The first three months of my interim CIO engagement at University Hospitals have flown by. I’m fortunate to be working with a very talented IT team, and we recognize there is always room for improvement. We have already made some very positive changes and improvements. We are tightening up how we manage and monitor the production environment to reduce preventable incidents. We do a root cause analysis on every major incident and review them as a team at our bi-weekly leadership meeting, tracking all subsequent action items. We are making progress on numerous major priority projects and there have been several system upgrades and go-lives during this period. We are doing detailed planning for our new hospital integration efforts. We are launching our visual management board and leadership huddle next week as part of our lean efforts. And we have re-established an executive level IT steering committee addressing the critical need for IT governance.
Our third IT steering committee will be Monday evening. Our CEO and other senior executives are engaged — exactly what we needed. They are developing a deeper understanding of our current work and the many new requests we have received since this year’s budget was approved. We have reviewed with them how our work aligns with UH strategic goals and ranked the projects in relative priority order.
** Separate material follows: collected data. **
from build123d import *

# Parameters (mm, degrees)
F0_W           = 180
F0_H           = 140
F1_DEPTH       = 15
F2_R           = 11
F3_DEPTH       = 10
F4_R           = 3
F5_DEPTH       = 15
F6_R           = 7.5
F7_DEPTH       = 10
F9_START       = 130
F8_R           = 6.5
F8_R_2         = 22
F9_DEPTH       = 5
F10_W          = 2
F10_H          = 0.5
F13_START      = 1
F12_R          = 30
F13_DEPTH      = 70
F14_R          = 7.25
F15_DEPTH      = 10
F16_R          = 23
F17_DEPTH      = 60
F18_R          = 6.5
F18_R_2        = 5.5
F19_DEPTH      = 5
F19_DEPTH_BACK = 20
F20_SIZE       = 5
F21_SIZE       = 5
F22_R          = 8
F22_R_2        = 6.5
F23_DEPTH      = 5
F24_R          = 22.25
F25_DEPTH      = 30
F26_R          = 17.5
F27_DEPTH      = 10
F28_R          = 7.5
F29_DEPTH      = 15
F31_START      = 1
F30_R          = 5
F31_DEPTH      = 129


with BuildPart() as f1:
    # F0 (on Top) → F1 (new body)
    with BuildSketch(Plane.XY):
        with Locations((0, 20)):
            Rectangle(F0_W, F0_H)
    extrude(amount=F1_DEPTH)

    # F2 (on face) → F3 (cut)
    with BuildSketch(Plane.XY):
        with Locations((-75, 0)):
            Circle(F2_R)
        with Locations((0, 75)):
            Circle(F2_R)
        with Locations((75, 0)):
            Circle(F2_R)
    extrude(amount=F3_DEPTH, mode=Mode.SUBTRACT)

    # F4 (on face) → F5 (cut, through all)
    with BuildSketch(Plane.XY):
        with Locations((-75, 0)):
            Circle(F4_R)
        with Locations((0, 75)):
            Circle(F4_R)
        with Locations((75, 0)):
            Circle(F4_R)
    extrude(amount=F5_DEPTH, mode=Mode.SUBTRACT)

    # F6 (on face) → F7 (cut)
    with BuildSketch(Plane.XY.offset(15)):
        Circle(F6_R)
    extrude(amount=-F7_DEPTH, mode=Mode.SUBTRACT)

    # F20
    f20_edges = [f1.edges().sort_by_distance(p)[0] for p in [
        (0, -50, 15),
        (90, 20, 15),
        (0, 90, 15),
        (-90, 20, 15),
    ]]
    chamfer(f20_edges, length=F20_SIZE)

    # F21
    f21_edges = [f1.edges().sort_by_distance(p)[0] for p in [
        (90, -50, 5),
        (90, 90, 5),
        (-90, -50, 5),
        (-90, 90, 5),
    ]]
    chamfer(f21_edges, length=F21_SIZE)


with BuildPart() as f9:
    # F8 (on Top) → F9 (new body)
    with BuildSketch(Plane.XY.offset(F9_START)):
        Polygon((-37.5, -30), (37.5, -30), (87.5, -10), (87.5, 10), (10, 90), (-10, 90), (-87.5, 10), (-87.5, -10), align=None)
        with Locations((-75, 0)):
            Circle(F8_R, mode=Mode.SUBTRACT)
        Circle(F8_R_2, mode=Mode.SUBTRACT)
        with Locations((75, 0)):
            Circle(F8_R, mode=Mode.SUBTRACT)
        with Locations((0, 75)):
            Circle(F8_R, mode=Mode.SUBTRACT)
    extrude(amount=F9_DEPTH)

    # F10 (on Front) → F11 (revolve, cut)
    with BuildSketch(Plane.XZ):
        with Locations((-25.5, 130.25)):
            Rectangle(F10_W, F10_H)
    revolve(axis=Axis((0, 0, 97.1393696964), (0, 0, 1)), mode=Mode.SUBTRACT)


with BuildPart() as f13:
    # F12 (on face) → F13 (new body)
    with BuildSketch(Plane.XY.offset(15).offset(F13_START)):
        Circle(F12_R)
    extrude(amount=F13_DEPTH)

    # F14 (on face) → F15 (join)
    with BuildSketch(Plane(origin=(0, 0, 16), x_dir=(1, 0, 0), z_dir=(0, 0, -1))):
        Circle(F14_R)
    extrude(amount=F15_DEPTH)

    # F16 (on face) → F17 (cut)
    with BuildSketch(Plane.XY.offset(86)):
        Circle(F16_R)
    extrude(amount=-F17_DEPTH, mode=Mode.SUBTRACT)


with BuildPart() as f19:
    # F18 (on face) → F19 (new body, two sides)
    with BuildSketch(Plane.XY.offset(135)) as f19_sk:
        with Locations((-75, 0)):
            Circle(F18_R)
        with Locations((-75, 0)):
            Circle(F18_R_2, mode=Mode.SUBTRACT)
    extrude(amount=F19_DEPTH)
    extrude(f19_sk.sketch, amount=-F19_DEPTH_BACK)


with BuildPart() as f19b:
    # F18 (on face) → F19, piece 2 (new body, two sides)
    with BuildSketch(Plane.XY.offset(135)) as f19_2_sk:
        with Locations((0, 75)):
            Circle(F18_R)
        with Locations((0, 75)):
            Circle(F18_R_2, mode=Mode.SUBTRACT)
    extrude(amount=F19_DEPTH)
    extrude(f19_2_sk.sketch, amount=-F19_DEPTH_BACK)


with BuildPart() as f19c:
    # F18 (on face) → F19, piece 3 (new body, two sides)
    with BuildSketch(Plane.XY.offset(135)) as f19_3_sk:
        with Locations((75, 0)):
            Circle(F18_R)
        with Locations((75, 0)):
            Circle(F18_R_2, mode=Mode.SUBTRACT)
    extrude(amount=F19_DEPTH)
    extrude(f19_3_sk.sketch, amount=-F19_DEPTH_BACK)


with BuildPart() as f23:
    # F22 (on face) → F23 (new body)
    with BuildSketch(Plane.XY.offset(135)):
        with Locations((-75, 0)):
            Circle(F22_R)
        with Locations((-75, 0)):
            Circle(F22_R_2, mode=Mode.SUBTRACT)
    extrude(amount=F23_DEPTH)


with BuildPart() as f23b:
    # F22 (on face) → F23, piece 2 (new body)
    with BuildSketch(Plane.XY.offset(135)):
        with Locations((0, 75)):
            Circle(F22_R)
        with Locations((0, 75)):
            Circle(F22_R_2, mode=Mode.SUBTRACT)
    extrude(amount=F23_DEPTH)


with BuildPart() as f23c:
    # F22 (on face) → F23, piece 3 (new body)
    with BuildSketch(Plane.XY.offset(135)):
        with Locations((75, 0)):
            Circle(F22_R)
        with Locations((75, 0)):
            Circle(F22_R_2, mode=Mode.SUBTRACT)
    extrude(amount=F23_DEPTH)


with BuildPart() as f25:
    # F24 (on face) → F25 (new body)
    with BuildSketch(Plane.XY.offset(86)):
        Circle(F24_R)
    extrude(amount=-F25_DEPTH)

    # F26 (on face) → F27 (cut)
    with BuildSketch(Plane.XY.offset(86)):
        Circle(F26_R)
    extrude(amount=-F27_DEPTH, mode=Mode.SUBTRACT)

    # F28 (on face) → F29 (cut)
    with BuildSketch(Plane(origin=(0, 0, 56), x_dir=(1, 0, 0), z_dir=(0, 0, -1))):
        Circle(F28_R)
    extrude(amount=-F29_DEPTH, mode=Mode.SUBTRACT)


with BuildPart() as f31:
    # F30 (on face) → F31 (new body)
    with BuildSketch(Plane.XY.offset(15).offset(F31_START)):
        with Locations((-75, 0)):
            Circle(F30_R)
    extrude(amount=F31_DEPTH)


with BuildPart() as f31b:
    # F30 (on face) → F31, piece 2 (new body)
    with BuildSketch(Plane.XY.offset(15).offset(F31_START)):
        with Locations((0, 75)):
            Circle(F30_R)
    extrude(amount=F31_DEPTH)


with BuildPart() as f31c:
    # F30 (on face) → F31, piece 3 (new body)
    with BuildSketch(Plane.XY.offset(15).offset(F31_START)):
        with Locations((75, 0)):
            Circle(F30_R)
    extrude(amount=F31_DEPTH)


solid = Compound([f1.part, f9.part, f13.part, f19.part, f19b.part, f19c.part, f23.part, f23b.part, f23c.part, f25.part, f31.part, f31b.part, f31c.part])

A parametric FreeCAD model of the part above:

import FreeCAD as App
import Part
import Sketcher

V = App.Vector


def edges_at(feature, points):
    """Names of the edges that pass closest to the given points."""
    edges = feature.Shape.Edges
    near = lambda p: min(range(len(edges)), key=lambda i: edges[i].distToShape(Part.Vertex(*p))[0])
    return sorted({f"Edge{near(p) + 1}" for p in points})


def add_polygon(sketch, points):
    """Adds a closed chain of lines whose ends are joined by coincident constraints."""
    first, n = sketch.GeometryCount, len(points)
    for a, b in zip(points, points[1:] + points[:1]):
        sketch.addGeometry(Part.LineSegment(App.Vector(*a, 0), App.Vector(*b, 0)), False)
    for i in range(n):
        sketch.addConstraint(Sketcher.Constraint("Coincident", first + i, 2, first + (i + 1) % n, 1))

doc = App.newDocument("Part")
body = doc.addObject("PartDesign::Body", "Body")

sketch1 = doc.addObject("Sketcher::SketchObject", "Sketch")
body.addObject(sketch1)
sketch1.AttachmentSupport = (doc.XY_Plane, [""])
sketch1.MapMode = "FlatFace"
add_polygon(sketch1, [(-90, 90), (-90, -50), (90, -50), (90, 90)])
sketch1.addConstraint([
    Sketcher.Constraint("Vertical", 0),
    Sketcher.Constraint("Horizontal", 1),
    Sketcher.Constraint("Vertical", 2),
    Sketcher.Constraint("Horizontal", 3),
    Sketcher.Constraint("DistanceX", 1, 1, 1, 2, 180.0),
    Sketcher.Constraint("DistanceY", 0, 2, 0, 1, 140.0),
    Sketcher.Constraint("DistanceX", 0, 2, -1, 1, 90.0),
    Sketcher.Constraint("DistanceY", 0, 2, -1, 1, 50.0),
])
pad1 = doc.addObject("PartDesign::Pad", "Pad")
body.addObject(pad1)
pad1.Profile = sketch1
pad1.Length = 15

sketch2 = doc.addObject("Sketcher::SketchObject", "Sketch001")
body.addObject(sketch2)
sketch2.AttachmentSupport = (doc.XY_Plane, [""])
sketch2.MapMode = "FlatFace"
sketch2.addGeometry([
    Part.Circle(V(-75, 0, 0), V(0, 0, 1), 11),
    Part.Circle(V(0, 75, 0), V(0, 0, 1), 11),
    Part.Circle(V(75, 0, 0), V(0, 0, 1), 11),
], False)
sketch2.addConstraint([
    Sketcher.Constraint("Equal", 0, 1),
    Sketcher.Constraint("Equal", 1, 2),
    Sketcher.Constraint("Symmetric", 0, 3, 2, 3, -1, 1),
    Sketcher.Constraint("PointOnObject", 0, 3, -1),
    Sketcher.Constraint("PointOnObject", 1, 3, -2),
    Sketcher.Constraint("Diameter", 0, 22.0),
    Sketcher.Constraint("DistanceX", 0, 3, -1, 1, 75.0),
    Sketcher.Constraint("DistanceY", -1, 1, 1, 3, 75.0),
])
pocket1 = doc.addObject("PartDesign::Pocket", "Pocket")
body.addObject(pocket1)
pocket1.Profile = sketch2
pocket1.Length = 10
pocket1.Reversed = True

sketch3 = doc.addObject("Sketcher::SketchObject", "Sketch002")
body.addObject(sketch3)
sketch3.AttachmentSupport = (doc.XY_Plane, [""])
sketch3.MapMode = "FlatFace"
sketch3.addGeometry([
    Part.Circle(V(-75, 0, 0), V(0, 0, 1), 3),
    Part.Circle(V(0, 75, 0), V(0, 0, 1), 3),
    Part.Circle(V(75, 0, 0), V(0, 0, 1), 3),
], False)
sketch3.addConstraint([
    Sketcher.Constraint("Equal", 0, 1),
    Sketcher.Constraint("Equal", 1, 2),
    Sketcher.Constraint("Symmetric", 0, 3, 2, 3, -1, 1),
    Sketcher.Constraint("PointOnObject", 0, 3, -1),
    Sketcher.Constraint("PointOnObject", 1, 3, -2),
    Sketcher.Constraint("Diameter", 0, 6.0),
    Sketcher.Constraint("DistanceX", 0, 3, -1, 1, 75.0),
    Sketcher.Constraint("DistanceY", -1, 1, 1, 3, 75.0),
])
pocket2 = doc.addObject("PartDesign::Pocket", "Pocket001")
body.addObject(pocket2)
pocket2.Profile = sketch3
pocket2.Type = "ThroughAll"
pocket2.Reversed = True

sketch4 = doc.addObject("Sketcher::SketchObject", "Sketch003")
body.addObject(sketch4)
sketch4.AttachmentSupport = (doc.XY_Plane, [""])
sketch4.MapMode = "FlatFace"
sketch4.AttachmentOffset = App.Placement(V(0, 0, 15), App.Rotation())
sketch4.addGeometry(Part.Circle(V(0, 0, 0), V(0, 0, 1), 7.5), False)
sketch4.addConstraint([
    Sketcher.Constraint("Coincident", 0, 3, -1, 1),
    Sketcher.Constraint("Diameter", 0, 15.0),
])
pocket3 = doc.addObject("PartDesign::Pocket", "Pocket002")
body.addObject(pocket3)
pocket3.Profile = sketch4
pocket3.Length = 10
doc.recompute()

chamfer = doc.addObject("PartDesign::Chamfer", "Chamfer")
body.addObject(chamfer)
chamfer.Base = (pocket3, edges_at(pocket3, [
    (0, -50, 15),
    (90, 20, 15),
    (0, 90, 15),
    (-90, 20, 15),
]))
chamfer.Size = 5
doc.recompute()

chamfer2 = doc.addObject("PartDesign::Chamfer", "Chamfer001")
body.addObject(chamfer2)
chamfer2.Base = (chamfer, edges_at(chamfer, [
    (90, -50, 5),
    (90, 90, 5),
    (-90, -50, 5),
    (-90, 90, 5),
]))
chamfer2.Size = 5
body2 = doc.addObject("PartDesign::Body", "Body001")

sketch5 = doc.addObject("Sketcher::SketchObject", "Sketch004")
body2.addObject(sketch5)
sketch5.AttachmentSupport = (doc.getObject("XY_Plane001"), [""])
sketch5.MapMode = "FlatFace"
sketch5.AttachmentOffset = App.Placement(V(0, 0, 130), App.Rotation())
add_polygon(sketch5, [(-37.5, -30), (37.5, -30), (87.5, -10), (87.5, 10), (10, 90), (-10, 90), (-87.5, 10), (-87.5, -10)])
sketch5.addGeometry(Part.Circle(V(-75, 0, 0), V(0, 0, 1), 6.5), False)
sketch5.addGeometry(Part.Circle(V(0, 0, 0), V(0, 0, 1), 22), False)
sketch5.addGeometry(Part.Circle(V(75, 0, 0), V(0, 0, 1), 6.5), False)
sketch5.addGeometry(Part.Circle(V(0, 75, 0), V(0, 0, 1), 6.5), False)
sketch5.addConstraint([
    Sketcher.Constraint("Horizontal", 0),
    Sketcher.Constraint("Vertical", 2),
    Sketcher.Constraint("Horizontal", 4),
    Sketcher.Constraint("Vertical", 6),
    Sketcher.Constraint("Coincident", 9, 3, -1, 1),
    Sketcher.Constraint("Equal", 8, 10),
    Sketcher.Constraint("Equal", 10, 11),
    Sketcher.Constraint("Symmetric", 8, 3, 10, 3, -1, 1),
    Sketcher.Constraint("Symmetric", 1, 2, 5, 2, -1, 1),
    Sketcher.Constraint("PointOnObject", 8, 3, -1),
    Sketcher.Constraint("PointOnObject", 11, 3, -2),
    Sketcher.Constraint("Horizontal", 2, 2, 5, 2),
    Sketcher.Constraint("Horizontal", 1, 2, 6, 2),
    Sketcher.Constraint("Equal", 4, 2),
At the upcoming meeting, we will discuss our strategy for new hospital integration. In particular, we will look at the impact of system-wide requests before all hospitals are on the core systems. And we will look closely at the new requests — why are they needed this year and how do they align with UH strategy.
There is an insatiable demand for IT at UH, just like at every other organization I’ve worked for. But the “yes machine” can’t continue unless there are tradeoffs. IT leadership teams appreciate it when executives say “it’s OK to say no,” and that “there can’t be back doors and end-runs when something is not approved.” And that approving new projects at this stage in the year means making tradeoffs — something has to come off the list or get pushed down to make time for a new project.
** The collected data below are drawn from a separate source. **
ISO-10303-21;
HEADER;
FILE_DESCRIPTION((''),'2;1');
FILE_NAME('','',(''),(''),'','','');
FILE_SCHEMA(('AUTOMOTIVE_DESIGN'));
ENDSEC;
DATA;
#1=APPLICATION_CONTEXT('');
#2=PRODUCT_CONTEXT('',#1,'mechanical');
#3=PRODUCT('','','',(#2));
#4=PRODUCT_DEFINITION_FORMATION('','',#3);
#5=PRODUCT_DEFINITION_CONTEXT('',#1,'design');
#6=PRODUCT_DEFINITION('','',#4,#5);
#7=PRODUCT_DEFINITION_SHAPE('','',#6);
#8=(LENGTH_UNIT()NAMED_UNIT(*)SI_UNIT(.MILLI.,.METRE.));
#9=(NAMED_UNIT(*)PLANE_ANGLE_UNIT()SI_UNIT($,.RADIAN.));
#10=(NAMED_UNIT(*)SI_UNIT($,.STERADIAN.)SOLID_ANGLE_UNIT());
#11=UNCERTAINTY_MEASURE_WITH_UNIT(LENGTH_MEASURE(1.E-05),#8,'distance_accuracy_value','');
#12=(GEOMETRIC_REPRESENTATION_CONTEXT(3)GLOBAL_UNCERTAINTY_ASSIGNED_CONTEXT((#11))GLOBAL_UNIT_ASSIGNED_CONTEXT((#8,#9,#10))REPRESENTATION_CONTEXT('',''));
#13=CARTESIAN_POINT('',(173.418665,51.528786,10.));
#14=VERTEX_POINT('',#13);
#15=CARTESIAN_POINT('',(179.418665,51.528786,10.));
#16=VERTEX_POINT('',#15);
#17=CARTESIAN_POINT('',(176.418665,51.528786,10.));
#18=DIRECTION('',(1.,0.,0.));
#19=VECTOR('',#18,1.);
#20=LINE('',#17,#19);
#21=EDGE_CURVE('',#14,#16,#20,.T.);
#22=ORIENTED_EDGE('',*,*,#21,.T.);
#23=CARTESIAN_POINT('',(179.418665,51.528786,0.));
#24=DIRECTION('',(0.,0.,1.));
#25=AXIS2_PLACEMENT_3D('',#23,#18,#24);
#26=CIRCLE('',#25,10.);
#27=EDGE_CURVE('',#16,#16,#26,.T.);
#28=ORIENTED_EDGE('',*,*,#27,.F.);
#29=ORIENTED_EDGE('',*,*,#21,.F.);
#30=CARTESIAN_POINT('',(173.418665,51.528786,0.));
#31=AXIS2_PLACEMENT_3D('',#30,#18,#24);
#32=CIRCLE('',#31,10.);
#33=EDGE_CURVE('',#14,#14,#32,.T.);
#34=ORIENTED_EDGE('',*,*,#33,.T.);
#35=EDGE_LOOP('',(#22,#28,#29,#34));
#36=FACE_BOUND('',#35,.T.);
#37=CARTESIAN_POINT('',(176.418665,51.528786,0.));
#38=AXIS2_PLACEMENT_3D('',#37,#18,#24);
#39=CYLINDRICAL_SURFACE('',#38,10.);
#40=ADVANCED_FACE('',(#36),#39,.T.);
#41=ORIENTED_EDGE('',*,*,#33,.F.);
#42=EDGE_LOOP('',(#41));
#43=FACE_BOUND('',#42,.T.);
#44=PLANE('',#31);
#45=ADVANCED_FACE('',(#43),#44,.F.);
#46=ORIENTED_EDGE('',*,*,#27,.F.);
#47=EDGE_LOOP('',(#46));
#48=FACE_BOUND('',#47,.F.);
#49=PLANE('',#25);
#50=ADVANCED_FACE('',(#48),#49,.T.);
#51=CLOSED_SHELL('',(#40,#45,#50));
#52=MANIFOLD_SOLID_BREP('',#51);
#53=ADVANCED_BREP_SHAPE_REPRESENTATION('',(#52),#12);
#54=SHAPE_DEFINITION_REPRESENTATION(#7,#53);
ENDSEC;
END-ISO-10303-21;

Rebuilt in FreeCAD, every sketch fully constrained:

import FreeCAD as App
import Part
import Sketcher
from FreeCAD import Vector
Q = App.Units.Quantity


def add_polygon(sketch, points):
    """Adds a closed chain of lines whose ends are joined by coincident constraints."""
    first, n = sketch.GeometryCount, len(points)
    for a, b in zip(points, points[1:] + points[:1]):
        sketch.addGeometry(Part.LineSegment(App.Vector(*a, 0), App.Vector(*b, 0)), False)
    for i in range(n):
        sketch.addConstraint(Sketcher.Constraint("Coincident", first + i, 2, first + (i + 1) % n, 1))

doc = App.newDocument("Part")
body = doc.addObject("PartDesign::Body", "Body")

# Sketch on XY plane
sketch1 = body.newObject("Sketcher::SketchObject", "Sketch")
sketch1.AttachmentSupport = (doc.getObject("XY_Plane"), [""])
sketch1.MapMode = "FlatFace"
add_polygon(sketch1, [(173, 62), (173, 52), (179, 52), (179, 62)])  # lines 0-3
sketch1.addGeometry(Part.LineSegment(Vector(173, 52, 0), Vector(179, 52, 0)), True)  # axis
sketch1.addConstraint(Sketcher.Constraint("Vertical", 0))
sketch1.addConstraint(Sketcher.Constraint("Horizontal", 1))
sketch1.addConstraint(Sketcher.Constraint("Vertical", 2))
sketch1.addConstraint(Sketcher.Constraint("Horizontal", 3))
sketch1.addConstraint(Sketcher.Constraint("Horizontal", 4))
sketch1.addConstraint(Sketcher.Constraint("Coincident", 4, 1, 0, 2))
sketch1.addConstraint(Sketcher.Constraint("Vertical", 2, 2, 4, 2))
sketch1.addConstraint(Sketcher.Constraint("DistanceX", 1, 1, 1, 2, Q("6 mm")))
sketch1.addConstraint(Sketcher.Constraint("DistanceY", 0, 2, 0, 1, Q("10 mm")))
sketch1.addConstraint(Sketcher.Constraint("DistanceX", -1, 1, 0, 2, Q("173.418665 mm")))
sketch1.addConstraint(Sketcher.Constraint("DistanceY", -1, 1, 0, 2, Q("51.528786 mm")))
revolution = body.newObject("PartDesign::Revolution", "Revolution")
revolution.Profile = sketch1
revolution.ReferenceAxis = (sketch1, ["Axis0"])
revolution.Angle = 360

doc.recompute()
The scope of responsibilities for our executive IT steering committee is not unique or earth shaking; it is the basics you would expect to see:
- Primary governing body for IT strategy and operations
- Communication ambassador for IT
- Planning for future initiatives and direction
- Balance conflicting priorities
- Guidance on specific projects as needed
- Approve unplanned projects
- Provide input and oversight on IT policies
Basic but needed. One of the 4 questions I asked in every executive meet and greet session was: how can I have the greatest impact as an interim? IT governance was a common response. Just over three months on the job and we are having our third steering committee. I listened, and they were ready. For a CIO, that’s a good place to be.